Work to be completed:
Scan the records below for the line containing "from build123d import *" and the line containing "# Sketch4 → Boss-Extrude4 (add)". Copy both, plus every line between, exactly.

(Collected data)
- - -
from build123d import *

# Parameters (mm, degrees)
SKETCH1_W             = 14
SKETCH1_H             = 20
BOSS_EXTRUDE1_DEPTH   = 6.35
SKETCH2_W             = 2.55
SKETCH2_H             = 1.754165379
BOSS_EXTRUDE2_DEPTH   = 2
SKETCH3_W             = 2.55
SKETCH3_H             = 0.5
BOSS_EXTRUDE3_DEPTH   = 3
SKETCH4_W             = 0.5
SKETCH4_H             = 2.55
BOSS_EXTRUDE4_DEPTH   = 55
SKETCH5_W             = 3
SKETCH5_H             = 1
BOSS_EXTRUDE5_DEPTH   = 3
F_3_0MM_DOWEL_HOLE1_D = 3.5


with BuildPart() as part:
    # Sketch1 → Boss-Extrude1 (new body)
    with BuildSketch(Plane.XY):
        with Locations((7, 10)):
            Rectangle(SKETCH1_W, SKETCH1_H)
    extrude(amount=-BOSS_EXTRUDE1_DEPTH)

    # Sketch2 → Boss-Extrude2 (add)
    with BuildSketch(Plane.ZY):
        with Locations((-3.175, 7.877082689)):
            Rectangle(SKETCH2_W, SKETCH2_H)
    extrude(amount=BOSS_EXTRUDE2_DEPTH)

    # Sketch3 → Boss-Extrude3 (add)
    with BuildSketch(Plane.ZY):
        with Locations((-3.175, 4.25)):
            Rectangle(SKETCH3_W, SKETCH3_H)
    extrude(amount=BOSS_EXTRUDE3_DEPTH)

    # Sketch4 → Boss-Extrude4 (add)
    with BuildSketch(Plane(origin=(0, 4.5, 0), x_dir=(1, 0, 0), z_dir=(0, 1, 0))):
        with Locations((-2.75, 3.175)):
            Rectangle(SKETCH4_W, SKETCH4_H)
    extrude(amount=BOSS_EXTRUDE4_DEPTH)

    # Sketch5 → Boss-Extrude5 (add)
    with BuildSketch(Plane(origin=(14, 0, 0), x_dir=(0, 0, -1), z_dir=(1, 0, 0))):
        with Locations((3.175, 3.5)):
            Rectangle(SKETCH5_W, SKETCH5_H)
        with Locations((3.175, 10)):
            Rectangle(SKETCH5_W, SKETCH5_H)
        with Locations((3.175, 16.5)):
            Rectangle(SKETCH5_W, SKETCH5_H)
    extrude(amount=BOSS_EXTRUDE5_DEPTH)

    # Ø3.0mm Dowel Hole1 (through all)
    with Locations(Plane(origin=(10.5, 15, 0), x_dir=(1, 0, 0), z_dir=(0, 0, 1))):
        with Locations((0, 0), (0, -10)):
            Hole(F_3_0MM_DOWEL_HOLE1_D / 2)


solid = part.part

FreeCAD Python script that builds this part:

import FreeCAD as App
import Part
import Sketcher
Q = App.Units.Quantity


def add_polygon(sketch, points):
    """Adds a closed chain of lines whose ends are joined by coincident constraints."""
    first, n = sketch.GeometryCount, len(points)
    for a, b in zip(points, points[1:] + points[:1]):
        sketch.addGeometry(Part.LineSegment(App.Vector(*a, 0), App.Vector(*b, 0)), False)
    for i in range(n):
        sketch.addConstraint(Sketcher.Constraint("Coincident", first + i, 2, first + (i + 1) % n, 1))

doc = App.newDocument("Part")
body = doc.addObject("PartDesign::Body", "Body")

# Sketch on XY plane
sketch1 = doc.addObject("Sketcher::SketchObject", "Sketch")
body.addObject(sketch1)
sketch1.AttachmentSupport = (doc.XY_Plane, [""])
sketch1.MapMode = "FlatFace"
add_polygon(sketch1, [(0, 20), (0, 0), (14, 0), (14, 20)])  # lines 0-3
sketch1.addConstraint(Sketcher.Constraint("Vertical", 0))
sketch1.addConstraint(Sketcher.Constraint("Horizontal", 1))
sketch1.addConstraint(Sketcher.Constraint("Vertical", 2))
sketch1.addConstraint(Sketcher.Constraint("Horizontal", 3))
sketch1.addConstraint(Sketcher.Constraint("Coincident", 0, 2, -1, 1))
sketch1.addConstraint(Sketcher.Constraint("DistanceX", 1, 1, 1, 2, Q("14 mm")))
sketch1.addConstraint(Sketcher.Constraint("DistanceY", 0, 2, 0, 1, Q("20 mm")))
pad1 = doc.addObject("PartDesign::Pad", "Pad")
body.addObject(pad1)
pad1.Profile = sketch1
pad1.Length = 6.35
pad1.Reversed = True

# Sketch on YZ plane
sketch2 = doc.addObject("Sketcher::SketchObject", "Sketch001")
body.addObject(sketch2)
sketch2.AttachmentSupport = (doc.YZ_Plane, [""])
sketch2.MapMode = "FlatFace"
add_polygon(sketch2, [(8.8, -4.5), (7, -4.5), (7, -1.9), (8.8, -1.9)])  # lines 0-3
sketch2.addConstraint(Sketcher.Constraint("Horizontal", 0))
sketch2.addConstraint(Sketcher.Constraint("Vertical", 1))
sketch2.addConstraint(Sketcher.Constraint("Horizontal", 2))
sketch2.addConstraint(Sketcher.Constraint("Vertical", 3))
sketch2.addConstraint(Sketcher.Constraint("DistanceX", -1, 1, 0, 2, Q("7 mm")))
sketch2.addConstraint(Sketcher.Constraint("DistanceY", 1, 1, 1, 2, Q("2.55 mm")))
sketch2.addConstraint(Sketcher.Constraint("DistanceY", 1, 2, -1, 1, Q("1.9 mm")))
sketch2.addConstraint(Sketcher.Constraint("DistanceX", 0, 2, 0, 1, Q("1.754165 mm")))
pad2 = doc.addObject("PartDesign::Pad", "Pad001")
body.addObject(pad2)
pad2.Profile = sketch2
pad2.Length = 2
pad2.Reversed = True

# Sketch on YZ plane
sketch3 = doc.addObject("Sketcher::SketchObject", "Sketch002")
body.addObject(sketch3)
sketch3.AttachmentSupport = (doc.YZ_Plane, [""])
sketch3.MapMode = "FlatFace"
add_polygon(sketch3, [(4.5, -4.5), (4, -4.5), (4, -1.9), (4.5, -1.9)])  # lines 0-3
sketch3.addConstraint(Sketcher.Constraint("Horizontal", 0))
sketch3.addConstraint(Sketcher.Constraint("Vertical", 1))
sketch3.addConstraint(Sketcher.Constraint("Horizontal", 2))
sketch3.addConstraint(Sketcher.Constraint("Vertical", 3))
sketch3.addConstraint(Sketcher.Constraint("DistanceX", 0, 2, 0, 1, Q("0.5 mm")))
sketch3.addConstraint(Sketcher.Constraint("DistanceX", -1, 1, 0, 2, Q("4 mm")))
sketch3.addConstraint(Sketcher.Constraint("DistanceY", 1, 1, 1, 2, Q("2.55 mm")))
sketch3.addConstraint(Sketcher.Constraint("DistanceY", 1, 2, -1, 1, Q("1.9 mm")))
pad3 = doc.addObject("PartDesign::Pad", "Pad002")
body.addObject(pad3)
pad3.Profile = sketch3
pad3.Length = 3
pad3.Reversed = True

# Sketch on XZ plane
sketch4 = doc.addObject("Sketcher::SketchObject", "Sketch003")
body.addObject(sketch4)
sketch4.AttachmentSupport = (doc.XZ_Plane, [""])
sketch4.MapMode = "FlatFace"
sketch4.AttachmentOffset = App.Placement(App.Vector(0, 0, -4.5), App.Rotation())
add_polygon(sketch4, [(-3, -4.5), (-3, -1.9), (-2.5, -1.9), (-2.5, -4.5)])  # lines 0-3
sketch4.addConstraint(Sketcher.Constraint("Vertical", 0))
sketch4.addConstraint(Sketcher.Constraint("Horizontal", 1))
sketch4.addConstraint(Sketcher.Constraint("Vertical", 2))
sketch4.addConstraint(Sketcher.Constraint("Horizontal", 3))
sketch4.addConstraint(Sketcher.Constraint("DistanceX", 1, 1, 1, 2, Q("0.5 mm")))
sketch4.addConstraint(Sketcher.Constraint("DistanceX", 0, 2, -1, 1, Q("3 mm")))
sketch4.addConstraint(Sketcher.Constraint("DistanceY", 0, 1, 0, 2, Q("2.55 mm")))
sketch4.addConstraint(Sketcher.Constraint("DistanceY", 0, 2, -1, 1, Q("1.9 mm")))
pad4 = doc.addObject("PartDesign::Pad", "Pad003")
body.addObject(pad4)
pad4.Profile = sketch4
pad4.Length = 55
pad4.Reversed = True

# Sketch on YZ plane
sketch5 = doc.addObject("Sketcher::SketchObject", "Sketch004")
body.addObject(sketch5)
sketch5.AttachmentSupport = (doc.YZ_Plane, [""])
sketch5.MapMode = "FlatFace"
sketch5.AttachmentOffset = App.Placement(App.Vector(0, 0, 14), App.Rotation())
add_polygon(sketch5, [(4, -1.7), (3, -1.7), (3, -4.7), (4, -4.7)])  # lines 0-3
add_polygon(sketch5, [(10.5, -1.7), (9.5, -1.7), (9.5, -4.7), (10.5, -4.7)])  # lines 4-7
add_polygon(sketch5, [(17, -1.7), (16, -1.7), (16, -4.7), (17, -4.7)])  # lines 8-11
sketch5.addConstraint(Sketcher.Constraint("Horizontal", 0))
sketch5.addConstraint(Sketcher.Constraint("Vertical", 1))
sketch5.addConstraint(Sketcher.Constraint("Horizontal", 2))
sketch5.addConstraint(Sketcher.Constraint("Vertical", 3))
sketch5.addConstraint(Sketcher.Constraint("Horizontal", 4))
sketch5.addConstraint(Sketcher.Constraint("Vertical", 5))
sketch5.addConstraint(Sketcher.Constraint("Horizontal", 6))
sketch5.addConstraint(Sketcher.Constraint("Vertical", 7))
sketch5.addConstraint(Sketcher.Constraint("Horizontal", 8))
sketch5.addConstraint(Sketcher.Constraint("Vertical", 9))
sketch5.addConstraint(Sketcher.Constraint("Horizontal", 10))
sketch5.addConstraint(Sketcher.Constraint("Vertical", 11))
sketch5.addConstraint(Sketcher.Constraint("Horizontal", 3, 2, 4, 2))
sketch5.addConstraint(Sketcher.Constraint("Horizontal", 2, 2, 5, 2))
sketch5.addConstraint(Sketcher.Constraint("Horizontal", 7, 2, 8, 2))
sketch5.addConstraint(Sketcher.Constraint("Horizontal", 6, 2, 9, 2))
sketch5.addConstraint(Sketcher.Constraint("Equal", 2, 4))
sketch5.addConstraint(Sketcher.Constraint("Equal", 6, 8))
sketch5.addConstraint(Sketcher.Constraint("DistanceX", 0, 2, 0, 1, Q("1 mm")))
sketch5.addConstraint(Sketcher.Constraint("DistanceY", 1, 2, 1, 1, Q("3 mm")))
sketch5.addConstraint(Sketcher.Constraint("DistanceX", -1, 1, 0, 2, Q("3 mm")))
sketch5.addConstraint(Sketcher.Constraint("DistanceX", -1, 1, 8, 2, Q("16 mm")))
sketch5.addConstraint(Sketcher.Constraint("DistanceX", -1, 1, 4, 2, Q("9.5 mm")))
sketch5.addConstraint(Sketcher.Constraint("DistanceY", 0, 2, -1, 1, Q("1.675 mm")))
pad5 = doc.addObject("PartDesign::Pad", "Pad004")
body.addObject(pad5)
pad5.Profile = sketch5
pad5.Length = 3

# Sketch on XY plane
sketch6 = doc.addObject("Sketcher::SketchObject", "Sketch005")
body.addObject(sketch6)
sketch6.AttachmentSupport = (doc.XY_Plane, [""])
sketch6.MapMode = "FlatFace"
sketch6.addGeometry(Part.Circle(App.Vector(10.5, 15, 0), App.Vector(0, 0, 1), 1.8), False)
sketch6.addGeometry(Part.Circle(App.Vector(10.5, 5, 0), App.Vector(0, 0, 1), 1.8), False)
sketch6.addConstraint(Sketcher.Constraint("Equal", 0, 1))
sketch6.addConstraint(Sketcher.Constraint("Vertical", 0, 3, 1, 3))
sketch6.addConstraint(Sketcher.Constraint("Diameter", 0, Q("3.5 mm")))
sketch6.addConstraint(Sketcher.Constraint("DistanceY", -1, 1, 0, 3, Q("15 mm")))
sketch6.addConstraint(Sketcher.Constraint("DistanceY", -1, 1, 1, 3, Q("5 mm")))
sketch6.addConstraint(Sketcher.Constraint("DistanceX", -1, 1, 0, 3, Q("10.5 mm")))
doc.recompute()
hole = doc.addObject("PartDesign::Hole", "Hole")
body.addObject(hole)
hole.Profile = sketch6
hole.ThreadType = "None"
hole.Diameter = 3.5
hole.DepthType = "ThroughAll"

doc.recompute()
- - -
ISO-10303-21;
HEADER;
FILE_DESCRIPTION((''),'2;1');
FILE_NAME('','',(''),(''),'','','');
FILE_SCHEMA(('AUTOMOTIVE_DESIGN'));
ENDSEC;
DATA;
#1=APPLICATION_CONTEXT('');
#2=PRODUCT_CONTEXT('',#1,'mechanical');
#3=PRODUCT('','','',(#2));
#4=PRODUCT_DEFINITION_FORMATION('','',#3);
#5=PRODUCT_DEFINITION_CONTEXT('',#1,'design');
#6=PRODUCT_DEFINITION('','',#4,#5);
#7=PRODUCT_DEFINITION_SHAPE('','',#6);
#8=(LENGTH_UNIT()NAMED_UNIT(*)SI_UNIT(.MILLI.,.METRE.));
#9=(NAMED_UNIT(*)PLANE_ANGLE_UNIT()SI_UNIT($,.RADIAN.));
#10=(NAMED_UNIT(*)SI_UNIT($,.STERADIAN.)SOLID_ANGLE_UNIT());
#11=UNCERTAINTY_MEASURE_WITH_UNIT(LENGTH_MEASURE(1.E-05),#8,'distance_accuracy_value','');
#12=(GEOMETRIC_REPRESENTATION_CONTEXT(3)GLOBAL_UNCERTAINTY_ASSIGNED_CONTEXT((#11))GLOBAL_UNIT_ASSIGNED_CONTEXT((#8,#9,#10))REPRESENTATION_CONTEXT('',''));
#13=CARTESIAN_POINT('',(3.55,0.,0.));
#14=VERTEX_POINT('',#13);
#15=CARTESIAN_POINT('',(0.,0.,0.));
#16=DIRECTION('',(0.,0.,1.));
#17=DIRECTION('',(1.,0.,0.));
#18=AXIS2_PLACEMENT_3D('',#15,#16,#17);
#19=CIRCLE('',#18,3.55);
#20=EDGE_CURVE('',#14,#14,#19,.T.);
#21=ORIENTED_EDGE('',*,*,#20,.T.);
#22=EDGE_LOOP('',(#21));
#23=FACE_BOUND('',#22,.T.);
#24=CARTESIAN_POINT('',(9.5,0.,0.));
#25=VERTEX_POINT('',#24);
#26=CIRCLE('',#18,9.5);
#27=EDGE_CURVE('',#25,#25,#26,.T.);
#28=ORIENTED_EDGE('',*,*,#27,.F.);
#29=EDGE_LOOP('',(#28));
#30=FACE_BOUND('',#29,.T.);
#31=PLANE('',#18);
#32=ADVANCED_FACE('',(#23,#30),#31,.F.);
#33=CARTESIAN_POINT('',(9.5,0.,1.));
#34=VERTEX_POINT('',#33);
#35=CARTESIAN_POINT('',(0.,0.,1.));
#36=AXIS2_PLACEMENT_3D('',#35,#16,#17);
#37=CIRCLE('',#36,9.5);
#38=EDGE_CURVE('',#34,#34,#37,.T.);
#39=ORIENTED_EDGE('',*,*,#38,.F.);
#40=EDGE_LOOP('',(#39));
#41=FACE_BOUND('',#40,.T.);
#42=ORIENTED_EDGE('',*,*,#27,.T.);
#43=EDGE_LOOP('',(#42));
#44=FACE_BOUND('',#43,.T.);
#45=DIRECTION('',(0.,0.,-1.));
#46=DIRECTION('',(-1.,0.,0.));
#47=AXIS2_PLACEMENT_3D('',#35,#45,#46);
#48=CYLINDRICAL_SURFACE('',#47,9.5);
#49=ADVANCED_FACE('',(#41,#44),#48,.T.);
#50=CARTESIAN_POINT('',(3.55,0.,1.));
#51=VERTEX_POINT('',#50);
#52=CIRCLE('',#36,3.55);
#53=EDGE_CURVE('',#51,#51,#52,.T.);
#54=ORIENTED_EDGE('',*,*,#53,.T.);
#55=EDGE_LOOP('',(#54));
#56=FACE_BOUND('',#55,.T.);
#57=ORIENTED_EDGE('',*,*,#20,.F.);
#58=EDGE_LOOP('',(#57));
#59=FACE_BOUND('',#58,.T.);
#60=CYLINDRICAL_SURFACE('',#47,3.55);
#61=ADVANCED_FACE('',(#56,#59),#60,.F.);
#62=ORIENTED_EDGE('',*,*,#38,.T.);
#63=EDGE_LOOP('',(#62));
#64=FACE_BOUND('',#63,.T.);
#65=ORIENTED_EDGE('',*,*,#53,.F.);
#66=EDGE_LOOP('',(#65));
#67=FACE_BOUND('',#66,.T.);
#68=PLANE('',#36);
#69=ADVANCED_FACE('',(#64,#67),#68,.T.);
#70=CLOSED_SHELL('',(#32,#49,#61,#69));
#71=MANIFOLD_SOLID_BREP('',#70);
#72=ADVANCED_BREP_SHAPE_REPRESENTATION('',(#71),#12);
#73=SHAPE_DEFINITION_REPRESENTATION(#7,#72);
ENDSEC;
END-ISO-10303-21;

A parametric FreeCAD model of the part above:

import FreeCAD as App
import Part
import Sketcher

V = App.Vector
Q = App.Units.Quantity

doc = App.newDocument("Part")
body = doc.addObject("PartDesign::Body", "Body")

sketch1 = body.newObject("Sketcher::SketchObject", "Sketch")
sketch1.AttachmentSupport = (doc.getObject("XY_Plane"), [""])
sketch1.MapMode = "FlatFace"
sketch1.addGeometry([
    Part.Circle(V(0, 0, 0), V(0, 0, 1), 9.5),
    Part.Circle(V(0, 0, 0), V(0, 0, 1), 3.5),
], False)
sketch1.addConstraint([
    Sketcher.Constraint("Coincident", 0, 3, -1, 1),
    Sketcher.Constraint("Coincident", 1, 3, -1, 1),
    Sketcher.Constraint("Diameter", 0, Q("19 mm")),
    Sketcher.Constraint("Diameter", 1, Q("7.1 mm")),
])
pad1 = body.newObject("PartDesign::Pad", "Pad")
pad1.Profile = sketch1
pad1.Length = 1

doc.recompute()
- - -
Response to the exercise:
from build123d import *

# Parameters (mm, degrees)
SKETCH1_W             = 14
SKETCH1_H             = 20
BOSS_EXTRUDE1_DEPTH   = 6.35
SKETCH2_W             = 2.55
SKETCH2_H             = 1.754165379
BOSS_EXTRUDE2_DEPTH   = 2
SKETCH3_W             = 2.55
SKETCH3_H             = 0.5
BOSS_EXTRUDE3_DEPTH   = 3
SKETCH4_W             = 0.5
SKETCH4_H             = 2.55
BOSS_EXTRUDE4_DEPTH   = 55
SKETCH5_W             = 3
SKETCH5_H             = 1
BOSS_EXTRUDE5_DEPTH   = 3
F_3_0MM_DOWEL_HOLE1_D = 3.5


with BuildPart() as part:
    # Sketch1 → Boss-Extrude1 (new body)
    with BuildSketch(Plane.XY):
        with Locations((7, 10)):
            Rectangle(SKETCH1_W, SKETCH1_H)
    extrude(amount=-BOSS_EXTRUDE1_DEPTH)

    # Sketch2 → Boss-Extrude2 (add)
    with BuildSketch(Plane.ZY):
        with Locations((-3.175, 7.877082689)):
            Rectangle(SKETCH2_W, SKETCH2_H)
    extrude(amount=BOSS_EXTRUDE2_DEPTH)

    # Sketch3 → Boss-Extrude3 (add)
    with BuildSketch(Plane.ZY):
        with Locations((-3.175, 4.25)):
            Rectangle(SKETCH3_W, SKETCH3_H)
    extrude(amount=BOSS_EXTRUDE3_DEPTH)

    # Sketch4 → Boss-Extrude4 (add)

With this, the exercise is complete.